# T2i vs T3i?



## Animaniac888 (Sep 3, 2012)

So I'm pretty sure I want to switch to Canon because of the lame video recording on the D5100 and my two choices right now are the T3i and T2i. My dad apparently has some old Canon EF lenses, so right now all I need is a body and a converter for my 50mm E series. The T3i is about 100 dollars more than the T2i. As far as I know, the T3i offers:

Articulating LCD
Manual audio
Built in remote for external flash
Video snapshot(?)
Digital Zoom(Movie crop mode on the T2i?)
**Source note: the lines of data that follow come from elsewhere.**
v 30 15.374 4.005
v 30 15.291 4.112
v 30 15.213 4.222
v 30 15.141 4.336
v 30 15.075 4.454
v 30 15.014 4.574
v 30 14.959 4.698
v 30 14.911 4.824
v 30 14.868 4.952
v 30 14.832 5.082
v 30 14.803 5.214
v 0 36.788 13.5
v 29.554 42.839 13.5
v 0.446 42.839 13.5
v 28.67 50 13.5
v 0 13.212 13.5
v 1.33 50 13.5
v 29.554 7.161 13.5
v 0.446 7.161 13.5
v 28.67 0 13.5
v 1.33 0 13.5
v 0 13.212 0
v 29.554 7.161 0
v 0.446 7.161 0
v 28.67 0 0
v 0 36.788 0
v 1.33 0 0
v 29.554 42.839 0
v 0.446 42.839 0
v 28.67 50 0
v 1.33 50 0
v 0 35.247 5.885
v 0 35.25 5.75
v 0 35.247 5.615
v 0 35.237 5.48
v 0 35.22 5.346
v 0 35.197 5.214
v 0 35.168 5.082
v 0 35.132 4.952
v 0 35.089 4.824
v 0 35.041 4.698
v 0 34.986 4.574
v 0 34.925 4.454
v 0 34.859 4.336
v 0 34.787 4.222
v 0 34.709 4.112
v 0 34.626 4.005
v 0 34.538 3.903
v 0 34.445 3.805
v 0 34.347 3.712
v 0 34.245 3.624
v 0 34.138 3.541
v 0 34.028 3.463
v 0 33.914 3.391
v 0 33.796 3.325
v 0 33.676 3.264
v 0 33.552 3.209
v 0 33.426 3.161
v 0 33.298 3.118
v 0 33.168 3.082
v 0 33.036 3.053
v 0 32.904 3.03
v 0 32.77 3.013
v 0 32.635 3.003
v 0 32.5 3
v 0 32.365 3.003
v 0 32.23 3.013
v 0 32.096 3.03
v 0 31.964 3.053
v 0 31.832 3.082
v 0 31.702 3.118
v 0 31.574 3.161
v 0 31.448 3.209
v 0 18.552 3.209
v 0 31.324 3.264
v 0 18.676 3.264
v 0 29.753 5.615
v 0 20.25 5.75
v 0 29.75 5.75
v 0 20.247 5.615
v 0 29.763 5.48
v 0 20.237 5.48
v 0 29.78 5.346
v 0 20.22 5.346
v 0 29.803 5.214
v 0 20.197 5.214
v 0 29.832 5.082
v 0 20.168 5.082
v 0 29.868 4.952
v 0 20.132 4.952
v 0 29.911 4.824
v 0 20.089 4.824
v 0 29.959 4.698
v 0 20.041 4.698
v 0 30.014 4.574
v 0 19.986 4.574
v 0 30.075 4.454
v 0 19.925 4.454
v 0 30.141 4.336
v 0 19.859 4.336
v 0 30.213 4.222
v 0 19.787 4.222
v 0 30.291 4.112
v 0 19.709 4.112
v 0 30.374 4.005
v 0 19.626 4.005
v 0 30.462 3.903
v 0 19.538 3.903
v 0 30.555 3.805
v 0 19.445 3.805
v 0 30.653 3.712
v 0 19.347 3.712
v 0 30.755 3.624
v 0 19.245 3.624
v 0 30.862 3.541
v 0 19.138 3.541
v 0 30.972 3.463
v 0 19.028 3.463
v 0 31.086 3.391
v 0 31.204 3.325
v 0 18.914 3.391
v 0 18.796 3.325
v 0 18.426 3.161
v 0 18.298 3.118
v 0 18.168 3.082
Have I missed any differences?


----------



## hukim0531 (Sep 7, 2012)

Canon EOS Rebel T3i Digital Camera Printer Kit B&H Photo Video

Best T3i deal out there


----------



## Big Mike (Sep 7, 2012)

They are very similar, I think you listed most of the differences. Side by Side Comparison: Digital Photography Review

If video is your intended use, the articulating screen should be well worth the extra cost.


----------



## Animaniac888 (Sep 7, 2012)

It seems like the T3i is the better choice for me so far. I really appreciated the LCD on my D5100 and the manual audio is definitely a huge benefit. The external flash control could also be a plus should I get an external flash. Plus the deal on the T3i seems so irresistible that I don't really see the point of choosing the T2i. Thanks to everyone for the help.


----------



## Jaemie (Sep 7, 2012)

Animaniac888 said:


> Plus the deal on the T3i seems so irresistible that I don't really see the point of choosing the T3i.



aaagghhh... My brain is going in circles!

jk  

Get the T3i.


----------



## Animaniac888 (Sep 7, 2012)

Hehe Jaemie, I fixed it. Thanks for the advice.


----------